While investors such as Li Ka-shing may be fleeing China’s slumping real estate market, Blackstone is reported to be diving in deeper, as the US private equity giant is said to have purchased a Shanghai commercial complex this week for RMB5.3 billion ($854 million).
Blackstone’s latest mainland real estate acquisition is said to be L’Avenue, a 99,740 square metre office and retail project in western Shanghai, which is currently owned by a joint venture between an LVMH-linked private equity firm and a company belonging to Macau casino magnate Stanley Ho.
Although the transaction has yet to be confirmed by either Blackstone or the potential sellers, the story has already leaked out in China’s government-owned media. If substantiated, the deal, which would value L’Avenue at RMB 53,000 ($8,541) per square metre of above ground space, could signal a new season of acquisitions for international private equity firms in China’s real estate markets.
Buying an A Building in an A- Location
L’Avenue was opened in 2013 in Shanghai’s Gubei area in Changning district, a high-end commercial area west of downtown that commands high rental rates for office space.
According to Michael Stacy, head of the Tenant Advisory Group for China with Cushman & Wakefield, the office portion of the 31-storey building has performed well since it began pre-leasing in 2012.
“The building’s 48,000 square metres of office space are now fully occupied, but we would expect asking rentals for full floors to be 11 yuan per square metre per day, with tenants needing to pay at least 10 yuan to get in,” Stacy told Mingtiandi. “L’Avenue has seen rentals nearly double from when it first began leasing three years ago at around six yuan per square metre per day.’
Despite the presence of LVMH’s brands such as Louis Vuitton, Dior, and Fendi in the luxury mall, however, shopper traffic is said to be disappointing. The project’s location away from downtown and without immediate subway access puts it at a disadvantage when competing for tenants and shoppers as more malls open on the Shanghai market.
L Capital Ready to Exit
While none of the parties involved in the reported transaction have made themselves available for comment on the reported deal, the transaction appears to be a case of one private equity investor getting an opportunity to exit, while Blackstone gets a chance to buy an asset with solid revenue streams and some tantalising upside.
L Real Estate, which held 50 percent of the asset, has been said to be interested in disposing of its stake since early this year. The private equity firm is itself a joint venture between French luxury conglomerage LVMH and an investment management firm belonging to the family of LVMH chairman and CEO Bernard Arnault.
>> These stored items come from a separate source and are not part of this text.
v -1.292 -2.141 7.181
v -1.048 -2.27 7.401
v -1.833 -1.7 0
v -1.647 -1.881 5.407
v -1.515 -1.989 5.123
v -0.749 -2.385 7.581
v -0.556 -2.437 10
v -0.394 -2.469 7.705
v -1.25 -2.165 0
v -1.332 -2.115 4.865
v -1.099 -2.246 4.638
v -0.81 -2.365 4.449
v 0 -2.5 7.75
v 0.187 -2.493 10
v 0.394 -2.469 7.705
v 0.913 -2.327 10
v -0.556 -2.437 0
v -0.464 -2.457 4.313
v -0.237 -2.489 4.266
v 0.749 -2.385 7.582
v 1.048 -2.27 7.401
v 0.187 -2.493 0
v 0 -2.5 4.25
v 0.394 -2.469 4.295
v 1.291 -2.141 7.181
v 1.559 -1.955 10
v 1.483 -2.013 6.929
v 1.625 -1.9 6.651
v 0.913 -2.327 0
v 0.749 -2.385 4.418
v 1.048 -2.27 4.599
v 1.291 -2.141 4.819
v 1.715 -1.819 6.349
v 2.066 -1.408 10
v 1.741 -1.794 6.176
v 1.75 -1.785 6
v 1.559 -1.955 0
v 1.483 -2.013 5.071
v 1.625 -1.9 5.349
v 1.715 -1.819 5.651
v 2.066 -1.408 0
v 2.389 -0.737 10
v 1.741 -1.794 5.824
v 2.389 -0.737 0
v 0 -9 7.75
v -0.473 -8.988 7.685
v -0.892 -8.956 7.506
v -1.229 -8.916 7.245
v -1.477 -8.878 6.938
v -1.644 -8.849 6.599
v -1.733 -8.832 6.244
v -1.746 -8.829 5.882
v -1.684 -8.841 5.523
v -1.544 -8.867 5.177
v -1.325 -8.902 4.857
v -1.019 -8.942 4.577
L Real Estate, together with Stanley Ho’s Sociedade de Turismo e Diversões de Macau (STDM), started the $500 million development project in 2009, and L Real Estate is likely eager to take advantage of the strong office leasing, and what could be a flat retail leasing market in the future, to time its exit.
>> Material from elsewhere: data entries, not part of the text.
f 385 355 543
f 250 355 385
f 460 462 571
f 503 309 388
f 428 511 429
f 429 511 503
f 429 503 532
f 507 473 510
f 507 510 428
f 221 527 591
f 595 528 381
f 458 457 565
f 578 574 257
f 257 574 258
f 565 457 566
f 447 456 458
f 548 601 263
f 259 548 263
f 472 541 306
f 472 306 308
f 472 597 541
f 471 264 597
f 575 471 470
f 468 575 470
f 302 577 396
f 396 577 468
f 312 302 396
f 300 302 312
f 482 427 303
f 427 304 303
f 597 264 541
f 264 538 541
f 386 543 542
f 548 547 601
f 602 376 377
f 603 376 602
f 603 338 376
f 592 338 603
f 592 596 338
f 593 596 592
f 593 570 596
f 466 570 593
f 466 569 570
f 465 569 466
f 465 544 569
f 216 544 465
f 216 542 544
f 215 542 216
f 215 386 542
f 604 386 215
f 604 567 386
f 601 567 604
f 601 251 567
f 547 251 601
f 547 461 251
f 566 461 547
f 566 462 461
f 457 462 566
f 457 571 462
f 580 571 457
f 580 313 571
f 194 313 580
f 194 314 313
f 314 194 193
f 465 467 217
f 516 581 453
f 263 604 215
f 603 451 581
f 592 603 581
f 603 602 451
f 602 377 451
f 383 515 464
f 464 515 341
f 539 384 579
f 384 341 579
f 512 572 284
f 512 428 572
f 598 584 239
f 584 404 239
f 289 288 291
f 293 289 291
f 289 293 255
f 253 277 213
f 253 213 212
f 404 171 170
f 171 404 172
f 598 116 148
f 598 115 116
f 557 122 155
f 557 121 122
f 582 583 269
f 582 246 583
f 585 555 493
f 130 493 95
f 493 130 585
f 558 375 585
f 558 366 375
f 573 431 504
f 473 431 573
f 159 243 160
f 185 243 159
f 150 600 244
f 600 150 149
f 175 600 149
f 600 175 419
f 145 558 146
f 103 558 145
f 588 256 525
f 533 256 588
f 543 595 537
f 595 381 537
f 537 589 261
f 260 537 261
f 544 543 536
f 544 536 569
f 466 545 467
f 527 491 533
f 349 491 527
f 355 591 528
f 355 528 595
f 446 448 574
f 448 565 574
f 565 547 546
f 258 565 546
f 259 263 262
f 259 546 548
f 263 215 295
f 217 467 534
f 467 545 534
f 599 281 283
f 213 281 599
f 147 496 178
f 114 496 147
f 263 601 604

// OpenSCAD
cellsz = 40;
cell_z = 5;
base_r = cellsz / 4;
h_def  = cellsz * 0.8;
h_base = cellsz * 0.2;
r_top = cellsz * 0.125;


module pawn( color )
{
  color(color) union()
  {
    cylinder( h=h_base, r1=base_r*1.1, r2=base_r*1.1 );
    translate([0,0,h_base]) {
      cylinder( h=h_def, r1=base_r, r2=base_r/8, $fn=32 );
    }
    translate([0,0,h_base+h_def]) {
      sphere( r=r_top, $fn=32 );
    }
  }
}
“Last year L’Avenue brought in RMB250 million in net income, and the purchase price works out to about RMB50,000 per square metre, so it’s not a bad deal for Blackstone,” one senior private equity executive told Mingtiandi.
Did Share Surge Create an Opportunity for Blackstone?
For Blackstone, the opportunity to gain another asset in the Shanghai market at an affordable rate may have been too good to pass up.
In recent years foreign fund investors have lamented the compression in real estate investment yields, particularly in Shanghai and Beijing, as office rents failed to keep pace with increasing competition for commercial real estate assets among both Chinese and international investors.
Since superinvestor Li Ka-shing sold the Oriental Finance Center (OFC) office tower in Shanghai’s Pudong district to China’s Bank of Communications for RMB1.15 billion in 2013, foreign funds have been faced with competition from domestic Chinese buyers with longer time horizons, and often bigger pocketbooks. Blackstone itself has not acquired a real estate asset in Shanghai or Beijing since it bought the Huamin Imperial commercial building (now renamed as Garden Square) in 2012.
With domestic Chinese investors now turning their attention to the booming share markets in China and Hong Kong, sellers appear to be finding a less ready market for even core real estate assets on the mainland this year. Hong Kong developer Shui On Land put One Corporate Avenue on the market for a reported RMB7.47 billion in March this year, but according to investment brokers in Shanghai, there is not yet an imminent sale for the prime office asset in downtown Shanghai.
West of the city centre, however, Blackstone may have found an asset at an affordable purchase price that still has some upside in the coming years.